*Dataset entries*:
──────────────────────────────

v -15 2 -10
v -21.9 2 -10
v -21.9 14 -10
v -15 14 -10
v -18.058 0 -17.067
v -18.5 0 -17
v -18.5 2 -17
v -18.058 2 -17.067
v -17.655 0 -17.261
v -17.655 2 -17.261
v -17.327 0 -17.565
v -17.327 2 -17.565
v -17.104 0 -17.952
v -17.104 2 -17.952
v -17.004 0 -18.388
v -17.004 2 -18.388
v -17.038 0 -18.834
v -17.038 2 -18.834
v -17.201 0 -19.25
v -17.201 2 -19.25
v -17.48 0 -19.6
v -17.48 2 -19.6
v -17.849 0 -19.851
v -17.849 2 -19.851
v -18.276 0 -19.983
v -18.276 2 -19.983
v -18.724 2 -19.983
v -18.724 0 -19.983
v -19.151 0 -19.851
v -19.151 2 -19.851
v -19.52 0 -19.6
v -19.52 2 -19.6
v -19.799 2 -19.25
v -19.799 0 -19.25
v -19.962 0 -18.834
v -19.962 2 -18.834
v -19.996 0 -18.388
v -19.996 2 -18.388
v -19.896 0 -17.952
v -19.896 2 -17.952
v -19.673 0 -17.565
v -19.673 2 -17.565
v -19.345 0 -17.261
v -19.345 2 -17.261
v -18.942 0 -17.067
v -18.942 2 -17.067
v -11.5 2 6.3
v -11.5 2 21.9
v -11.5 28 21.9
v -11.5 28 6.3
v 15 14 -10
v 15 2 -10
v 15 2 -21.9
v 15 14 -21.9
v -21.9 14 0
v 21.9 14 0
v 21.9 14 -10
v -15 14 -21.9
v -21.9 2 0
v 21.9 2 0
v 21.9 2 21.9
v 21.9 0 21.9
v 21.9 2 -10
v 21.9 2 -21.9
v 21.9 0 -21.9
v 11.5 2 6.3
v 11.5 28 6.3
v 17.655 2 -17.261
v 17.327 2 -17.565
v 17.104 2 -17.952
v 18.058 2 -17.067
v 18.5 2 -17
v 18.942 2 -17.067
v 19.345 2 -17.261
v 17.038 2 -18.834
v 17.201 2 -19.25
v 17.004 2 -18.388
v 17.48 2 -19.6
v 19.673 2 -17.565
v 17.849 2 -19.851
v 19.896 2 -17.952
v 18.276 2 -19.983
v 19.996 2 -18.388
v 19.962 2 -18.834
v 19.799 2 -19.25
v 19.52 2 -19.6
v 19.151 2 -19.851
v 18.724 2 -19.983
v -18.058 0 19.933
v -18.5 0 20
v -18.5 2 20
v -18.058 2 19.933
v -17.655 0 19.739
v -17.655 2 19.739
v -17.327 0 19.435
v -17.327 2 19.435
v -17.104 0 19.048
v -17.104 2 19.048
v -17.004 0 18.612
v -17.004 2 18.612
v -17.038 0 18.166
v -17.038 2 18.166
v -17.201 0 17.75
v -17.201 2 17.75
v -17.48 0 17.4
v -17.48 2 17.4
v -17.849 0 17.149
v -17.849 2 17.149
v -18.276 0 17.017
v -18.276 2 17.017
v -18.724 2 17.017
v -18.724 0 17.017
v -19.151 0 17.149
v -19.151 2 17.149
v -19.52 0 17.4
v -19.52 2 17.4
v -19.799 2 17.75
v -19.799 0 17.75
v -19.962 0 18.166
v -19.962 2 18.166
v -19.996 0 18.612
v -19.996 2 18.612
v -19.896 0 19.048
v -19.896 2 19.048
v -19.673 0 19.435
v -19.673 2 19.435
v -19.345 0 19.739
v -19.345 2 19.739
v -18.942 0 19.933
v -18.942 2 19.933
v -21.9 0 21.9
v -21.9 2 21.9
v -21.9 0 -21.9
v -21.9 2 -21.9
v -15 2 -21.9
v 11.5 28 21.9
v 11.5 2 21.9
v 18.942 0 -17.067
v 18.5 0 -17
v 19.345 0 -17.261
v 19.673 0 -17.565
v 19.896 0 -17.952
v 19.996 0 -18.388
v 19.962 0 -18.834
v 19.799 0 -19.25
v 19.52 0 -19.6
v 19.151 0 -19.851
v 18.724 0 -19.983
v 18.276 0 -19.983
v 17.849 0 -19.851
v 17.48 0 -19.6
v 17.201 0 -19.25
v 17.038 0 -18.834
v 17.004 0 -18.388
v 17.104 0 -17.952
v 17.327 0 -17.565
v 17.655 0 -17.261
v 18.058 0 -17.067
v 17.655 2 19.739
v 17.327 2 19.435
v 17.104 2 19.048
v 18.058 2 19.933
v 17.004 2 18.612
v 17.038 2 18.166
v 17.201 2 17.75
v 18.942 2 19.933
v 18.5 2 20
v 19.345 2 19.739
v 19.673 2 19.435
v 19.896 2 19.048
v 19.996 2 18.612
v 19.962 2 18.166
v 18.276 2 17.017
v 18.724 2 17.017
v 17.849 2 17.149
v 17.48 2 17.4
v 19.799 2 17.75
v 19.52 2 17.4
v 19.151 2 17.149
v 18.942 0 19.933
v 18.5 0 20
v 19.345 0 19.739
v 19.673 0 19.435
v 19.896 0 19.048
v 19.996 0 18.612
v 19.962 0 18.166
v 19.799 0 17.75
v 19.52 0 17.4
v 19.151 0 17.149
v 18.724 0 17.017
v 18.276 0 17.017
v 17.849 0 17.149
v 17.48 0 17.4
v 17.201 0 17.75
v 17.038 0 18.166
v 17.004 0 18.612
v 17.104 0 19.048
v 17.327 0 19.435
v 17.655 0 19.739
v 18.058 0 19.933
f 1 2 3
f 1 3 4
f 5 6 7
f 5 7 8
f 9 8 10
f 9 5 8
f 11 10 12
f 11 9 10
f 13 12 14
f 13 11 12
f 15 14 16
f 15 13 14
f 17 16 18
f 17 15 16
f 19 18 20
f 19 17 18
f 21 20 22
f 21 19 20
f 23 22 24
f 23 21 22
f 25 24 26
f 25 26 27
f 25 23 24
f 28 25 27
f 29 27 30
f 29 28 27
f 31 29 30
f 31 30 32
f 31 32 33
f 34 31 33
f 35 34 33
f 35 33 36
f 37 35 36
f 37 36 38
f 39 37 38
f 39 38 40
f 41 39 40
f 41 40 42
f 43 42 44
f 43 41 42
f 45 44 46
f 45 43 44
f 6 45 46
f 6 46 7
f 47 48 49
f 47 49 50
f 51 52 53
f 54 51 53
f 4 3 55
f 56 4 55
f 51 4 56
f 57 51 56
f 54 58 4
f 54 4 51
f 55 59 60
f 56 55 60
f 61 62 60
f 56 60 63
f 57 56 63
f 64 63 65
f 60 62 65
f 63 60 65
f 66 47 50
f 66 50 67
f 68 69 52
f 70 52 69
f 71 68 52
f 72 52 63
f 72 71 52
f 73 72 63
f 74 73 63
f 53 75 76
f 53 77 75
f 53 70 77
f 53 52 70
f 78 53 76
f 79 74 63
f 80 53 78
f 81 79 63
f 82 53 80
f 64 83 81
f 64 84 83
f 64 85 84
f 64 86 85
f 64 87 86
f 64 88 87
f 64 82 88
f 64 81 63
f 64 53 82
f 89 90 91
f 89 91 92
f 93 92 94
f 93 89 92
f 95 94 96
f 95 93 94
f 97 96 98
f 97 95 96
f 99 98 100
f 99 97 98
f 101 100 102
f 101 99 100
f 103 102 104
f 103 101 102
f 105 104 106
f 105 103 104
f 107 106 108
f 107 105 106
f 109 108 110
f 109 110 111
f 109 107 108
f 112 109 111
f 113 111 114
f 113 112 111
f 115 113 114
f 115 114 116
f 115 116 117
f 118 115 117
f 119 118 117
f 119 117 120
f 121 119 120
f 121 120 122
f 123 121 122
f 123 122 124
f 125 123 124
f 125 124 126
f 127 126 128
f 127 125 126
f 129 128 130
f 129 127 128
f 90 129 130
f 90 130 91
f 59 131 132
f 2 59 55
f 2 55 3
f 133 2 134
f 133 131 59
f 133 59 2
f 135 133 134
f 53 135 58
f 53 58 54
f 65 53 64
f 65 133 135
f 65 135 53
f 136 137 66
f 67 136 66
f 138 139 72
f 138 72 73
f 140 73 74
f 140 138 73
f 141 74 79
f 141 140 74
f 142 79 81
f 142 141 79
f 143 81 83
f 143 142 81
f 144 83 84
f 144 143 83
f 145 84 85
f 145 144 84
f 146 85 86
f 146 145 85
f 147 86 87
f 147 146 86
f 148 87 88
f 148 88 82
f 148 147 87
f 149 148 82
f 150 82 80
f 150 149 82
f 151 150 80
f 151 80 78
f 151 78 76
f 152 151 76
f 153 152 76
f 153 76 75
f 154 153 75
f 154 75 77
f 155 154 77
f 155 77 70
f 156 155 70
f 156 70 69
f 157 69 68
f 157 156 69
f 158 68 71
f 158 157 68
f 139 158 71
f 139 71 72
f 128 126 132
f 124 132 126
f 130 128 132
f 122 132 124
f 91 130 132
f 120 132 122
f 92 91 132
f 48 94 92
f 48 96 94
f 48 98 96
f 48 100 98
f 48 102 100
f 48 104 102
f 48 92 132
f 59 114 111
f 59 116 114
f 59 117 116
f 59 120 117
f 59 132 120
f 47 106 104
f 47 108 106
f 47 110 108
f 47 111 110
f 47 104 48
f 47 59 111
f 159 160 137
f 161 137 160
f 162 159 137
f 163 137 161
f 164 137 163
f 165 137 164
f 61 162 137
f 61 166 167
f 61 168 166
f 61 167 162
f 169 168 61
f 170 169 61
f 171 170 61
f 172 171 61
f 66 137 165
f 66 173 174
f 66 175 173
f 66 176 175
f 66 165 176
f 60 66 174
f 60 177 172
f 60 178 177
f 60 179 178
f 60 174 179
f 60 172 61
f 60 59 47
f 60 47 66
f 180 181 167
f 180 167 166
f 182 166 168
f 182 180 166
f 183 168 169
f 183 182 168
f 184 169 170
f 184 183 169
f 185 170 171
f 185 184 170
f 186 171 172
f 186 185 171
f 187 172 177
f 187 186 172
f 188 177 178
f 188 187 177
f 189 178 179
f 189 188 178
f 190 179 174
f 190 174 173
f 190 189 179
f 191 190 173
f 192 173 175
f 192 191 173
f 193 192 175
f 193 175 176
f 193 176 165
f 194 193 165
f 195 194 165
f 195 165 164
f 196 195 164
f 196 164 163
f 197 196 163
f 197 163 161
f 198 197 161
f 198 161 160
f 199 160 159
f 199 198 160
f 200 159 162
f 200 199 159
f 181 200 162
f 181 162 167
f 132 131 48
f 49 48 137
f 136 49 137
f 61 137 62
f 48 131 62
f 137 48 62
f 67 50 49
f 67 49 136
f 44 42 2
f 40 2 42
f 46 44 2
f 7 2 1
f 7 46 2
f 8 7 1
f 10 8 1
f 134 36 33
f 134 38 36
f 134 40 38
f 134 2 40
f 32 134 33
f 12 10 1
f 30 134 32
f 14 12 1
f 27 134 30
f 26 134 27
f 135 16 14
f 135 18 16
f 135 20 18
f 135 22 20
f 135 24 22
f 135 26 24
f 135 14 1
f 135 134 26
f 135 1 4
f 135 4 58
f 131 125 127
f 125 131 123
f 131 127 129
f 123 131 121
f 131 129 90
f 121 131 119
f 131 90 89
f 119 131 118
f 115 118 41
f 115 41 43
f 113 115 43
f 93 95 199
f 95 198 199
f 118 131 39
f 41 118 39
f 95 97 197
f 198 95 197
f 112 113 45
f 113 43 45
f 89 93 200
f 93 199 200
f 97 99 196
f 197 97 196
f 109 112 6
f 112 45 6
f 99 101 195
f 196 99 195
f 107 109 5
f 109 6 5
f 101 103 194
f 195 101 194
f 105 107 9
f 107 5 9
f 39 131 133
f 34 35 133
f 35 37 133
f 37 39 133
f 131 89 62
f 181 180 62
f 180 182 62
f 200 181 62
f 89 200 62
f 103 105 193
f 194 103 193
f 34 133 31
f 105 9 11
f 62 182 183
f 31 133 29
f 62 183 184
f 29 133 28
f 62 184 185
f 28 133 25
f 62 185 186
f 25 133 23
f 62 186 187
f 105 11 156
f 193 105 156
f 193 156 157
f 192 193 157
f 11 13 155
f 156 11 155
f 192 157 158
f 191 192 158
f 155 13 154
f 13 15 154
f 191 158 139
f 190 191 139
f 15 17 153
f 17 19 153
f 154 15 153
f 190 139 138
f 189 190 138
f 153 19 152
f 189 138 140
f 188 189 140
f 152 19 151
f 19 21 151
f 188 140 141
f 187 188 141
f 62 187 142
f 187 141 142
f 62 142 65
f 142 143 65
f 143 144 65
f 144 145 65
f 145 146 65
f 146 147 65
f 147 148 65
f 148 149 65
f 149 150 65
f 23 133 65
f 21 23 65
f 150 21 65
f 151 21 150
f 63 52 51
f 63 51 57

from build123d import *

# Parameters (mm, degrees)
ESBO_O1_W                = 43.8
ESBO_O1_H                = 43.8
ESBO_O1_R                = 1.5
RESSALTO_EXTRUS_O1_DEPTH = 2
ESBO_O2_W                = 23
ESBO_O2_H                = 15.6
RESSALTO_EXTRUS_O2_DEPTH = 26
ESBO_O3_W                = 6.9
ESBO_O3_H                = 10
ESBO_O3_W_2              = 30
ESBO_O3_H_2              = 11.9
RESSALTO_EXTRUS_O3_DEPTH = 12


with BuildPart() as part:
    # Esboço1 → Ressalto-extrusão1 (new body)
    with BuildSketch(Plane(origin=(0, 0, 0), x_dir=(1, 0, 0), z_dir=(0, 1, 0))):
        Rectangle(ESBO_O1_W, ESBO_O1_H)
        with Locations(Location((18.5, 18.5, 0), (0, 0, 270))):
            Circle(ESBO_O1_R, mode=Mode.SUBTRACT)
        with Locations(Location((-18.5, 18.5, 0), (0, 0, 270))):
            Circle(ESBO_O1_R, mode=Mode.SUBTRACT)
        with Locations(Location((18.5, -18.5, 0), (0, 0, 270))):
            Circle(ESBO_O1_R, mode=Mode.SUBTRACT)
        with Locations(Location((-18.5, -18.5, 0), (0, 0, 270))):
            Circle(ESBO_O1_R, mode=Mode.SUBTRACT)
    extrude(amount=RESSALTO_EXTRUS_O1_DEPTH)

    # Esboço2 → Ressalto-extrusão2 (add)
    with BuildSketch(Plane(origin=(0, 2, 0), x_dir=(1, 0, 0), z_dir=(0, 1, 0))):
        with Locations((0, -14.1)):
            Rectangle(ESBO_O2_W, ESBO_O2_H)
    extrude(amount=RESSALTO_EXTRUS_O2_DEPTH)

    # Esboço3 → Ressalto-extrusão3 (add)
    with BuildSketch(Plane(origin=(0, 2, 0), x_dir=(1, 0, 0), z_dir=(0, 1, 0))):
        with Locations((-18.45, 5)):
            Rectangle(ESBO_O3_W, ESBO_O3_H)
        with Locations((18.45, 5)):
            Rectangle(ESBO_O3_W, ESBO_O3_H)
        with Locations((0, 15.95)):
            Rectangle(ESBO_O3_W_2, ESBO_O3_H_2)
        with Locations((0, 5)):
            Rectangle(ESBO_O3_W_2, ESBO_O3_H)
    extrude(amount=RESSALTO_EXTRUS_O3_DEPTH)


solid = part.part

──────────────────────────────

*Work order*:
Starting with the first line of the entries and ending with the line that has "v -18.724 0 -19.983", copy each line exactly and add nothing.

*Solution below*:
v -15 2 -10
v -21.9 2 -10
v -21.9 14 -10
v -15 14 -10
v -18.058 0 -17.067
v -18.5 0 -17
v -18.5 2 -17
v -18.058 2 -17.067
v -17.655 0 -17.261
v -17.655 2 -17.261
v -17.327 0 -17.565
v -17.327 2 -17.565
v -17.104 0 -17.952
v -17.104 2 -17.952
v -17.004 0 -18.388
v -17.004 2 -18.388
v -17.038 0 -18.834
v -17.038 2 -18.834
v -17.201 0 -19.25
v -17.201 2 -19.25
v -17.48 0 -19.6
v -17.48 2 -19.6
v -17.849 0 -19.851
v -17.849 2 -19.851
v -18.276 0 -19.983
v -18.276 2 -19.983
v -18.724 2 -19.983
v -18.724 0 -19.983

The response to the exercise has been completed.